How’s this for a perfect start to a long trip? You get in your car and drive a short distance to the highway.
There, you slip in behind a line of cars. You push a button and the car follows the line obediently while you sip your coffee, check your emails or maybe even play cards with your passengers.
Once you’re near your destination, you take hold of the wheel, get off at your exit, and then drive the rest of the way.
It sounds futuristic, but Volvo is already testing such a system -- called platooning -- in Sweden.
It partly relies on systems already available on Volvo cars, such as active cruise control, its City Safety collision prevention and blind spot monitoring, says Dr. Erik Coelingh, technical leader of active safety functions for Volvo Car Corporation.

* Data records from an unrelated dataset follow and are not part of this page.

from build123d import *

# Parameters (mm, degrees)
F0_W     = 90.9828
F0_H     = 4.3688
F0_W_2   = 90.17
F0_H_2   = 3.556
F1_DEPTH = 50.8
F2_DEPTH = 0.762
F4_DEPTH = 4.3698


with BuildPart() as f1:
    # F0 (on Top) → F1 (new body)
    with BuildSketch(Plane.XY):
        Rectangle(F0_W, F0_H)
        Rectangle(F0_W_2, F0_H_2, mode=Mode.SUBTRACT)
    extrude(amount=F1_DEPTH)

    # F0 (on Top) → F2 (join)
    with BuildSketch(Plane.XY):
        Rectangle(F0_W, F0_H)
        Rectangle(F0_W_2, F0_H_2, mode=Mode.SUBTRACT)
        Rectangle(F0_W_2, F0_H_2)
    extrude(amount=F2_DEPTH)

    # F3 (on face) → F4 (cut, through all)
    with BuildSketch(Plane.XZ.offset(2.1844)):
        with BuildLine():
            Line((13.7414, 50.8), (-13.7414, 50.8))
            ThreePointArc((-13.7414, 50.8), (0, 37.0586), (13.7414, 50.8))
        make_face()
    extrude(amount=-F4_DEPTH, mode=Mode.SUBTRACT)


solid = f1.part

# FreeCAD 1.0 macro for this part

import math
import FreeCAD as App
import Part
import Sketcher

V = App.Vector
Q = App.Units.Quantity


def add_polygon(sketch, points):
    """Adds a closed chain of lines whose ends are joined by coincident constraints."""
    first, n = sketch.GeometryCount, len(points)
    for a, b in zip(points, points[1:] + points[:1]):
        sketch.addGeometry(Part.LineSegment(App.Vector(*a, 0), App.Vector(*b, 0)), False)
    for i in range(n):
        sketch.addConstraint(Sketcher.Constraint("Coincident", first + i, 2, first + (i + 1) % n, 1))

doc = App.newDocument("Part")
body = doc.addObject("PartDesign::Body", "Body")

sketch1 = body.newObject("Sketcher::SketchObject", "Sketch")
sketch1.AttachmentSupport = (doc.getObject("XY_Plane"), [""])
sketch1.MapMode = "FlatFace"
add_polygon(sketch1, [(-45.5, 2.2), (-45.5, -2.2), (45.5, -2.2), (45.5, 2.2)])
add_polygon(sketch1, [(45.1, -1.8), (-45.1, -1.8), (-45.1, 1.8), (45.1, 1.8)])
sketch1.addConstraint([
    Sketcher.Constraint("Vertical", 0),
    Sketcher.Constraint("Horizontal", 1),
    Sketcher.Constraint("Vertical", 2),
    Sketcher.Constraint("Horizontal", 3),
    Sketcher.Constraint("Horizontal", 4),
    Sketcher.Constraint("Vertical", 5),
    Sketcher.Constraint("Horizontal", 6),
    Sketcher.Constraint("Vertical", 7),
    Sketcher.Constraint("Symmetric", 0, 2, 2, 2, -1, 1),
    Sketcher.Constraint("Symmetric", 4, 2, 6, 2, -1, 1),
    Sketcher.Constraint("DistanceX", 4, 2, 4, 1, Q("3.55 in")),
    Sketcher.Constraint("DistanceY", 5, 1, 5, 2, Q("0.14 in")),
    Sketcher.Constraint("DistanceX", 1, 1, 1, 2, Q("3.582 in")),
    Sketcher.Constraint("DistanceY", 0, 2, 0, 1, Q("0.172 in")),
])
pad1 = body.newObject("PartDesign::Pad", "Pad")
pad1.Profile = sketch1
pad1.Length = Q("2 in")

sketch2 = body.newObject("Sketcher::SketchObject", "Sketch001")
sketch2.AttachmentSupport = (doc.getObject("XY_Plane"), [""])
sketch2.MapMode = "FlatFace"
add_polygon(sketch2, [(-45.5, 2.2), (-45.5, -2.2), (45.5, -2.2), (45.5, 2.2)])
sketch2.addConstraint([
    Sketcher.Constraint("Vertical", 0),
    Sketcher.Constraint("Horizontal", 1),
    Sketcher.Constraint("Vertical", 2),
    Sketcher.Constraint("Horizontal", 3),
    Sketcher.Constraint("Symmetric", 0, 2, 2, 2, -1, 1),
    Sketcher.Constraint("DistanceX", 1, 1, 1, 2, Q("3.582 in")),
    Sketcher.Constraint("DistanceY", 0, 2, 0, 1, Q("0.172 in")),
])
pad2 = body.newObject("PartDesign::Pad", "Pad001")
pad2.Profile = sketch2
pad2.Length = Q("0.03 in")

sketch3 = body.newObject("Sketcher::SketchObject", "Sketch002")
sketch3.AttachmentSupport = (doc.getObject("XZ_Plane"), [""])
sketch3.MapMode = "FlatFace"
sketch3.AttachmentOffset = App.Placement(V(0, 0, 0.086 * 25.4), App.Rotation())
sketch3.addGeometry([
    Part.LineSegment(V(14, 51, 0), V(-14, 51, 0)),
    Part.ArcOfCircle(Part.Circle(V(0, 51, 0), V(0, 0, 1), 14), math.radians(180), math.radians(360)),
], False)
sketch3.addConstraint([
    Sketcher.Constraint("Coincident", 0, 1, 1, 2),
    Sketcher.Constraint("Coincident", 1, 1, 0, 2),
    Sketcher.Constraint("Horizontal", 0),
    Sketcher.Constraint("PointOnObject", 1, 3, -2),
    Sketcher.Constraint("Horizontal", 1, 3, 0, 1),
    Sketcher.Constraint("DistanceY", -1, 1, 1, 3, Q("2 in")),
    Sketcher.Constraint("Radius", 1, Q("0.541 in")),
])
pocket1 = body.newObject("PartDesign::Pocket", "Pocket")
pocket1.Profile = sketch3
pocket1.Type = "ThroughAll"

doc.recompute()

“However, we do need to add vehicle-to-vehicle communication in order to control the motion of the vehicles in a safe and comfortable way,” he says.
A trained operator drives the lead vehicle and could be a bus or truck driver, Coelingh says. Eight to 10 cars would be ideal, since longer “trains” could block entrances and exits for other motorists.
To join a platoon, you would use your navigation system to find a road train going in your preferred direction, and once close enough, you’d send a request to the lead vehicle to join.
“After they accept, you electronically pay the lead vehicle driver and you semi-automatically join from the rear, similarly to approaching a lead vehicle with active cruise control,” Coelingh says.
“Once you are at the targeted position, steering will also be done automatically.”
Volvo said platooning may be viable in as little as 10 years.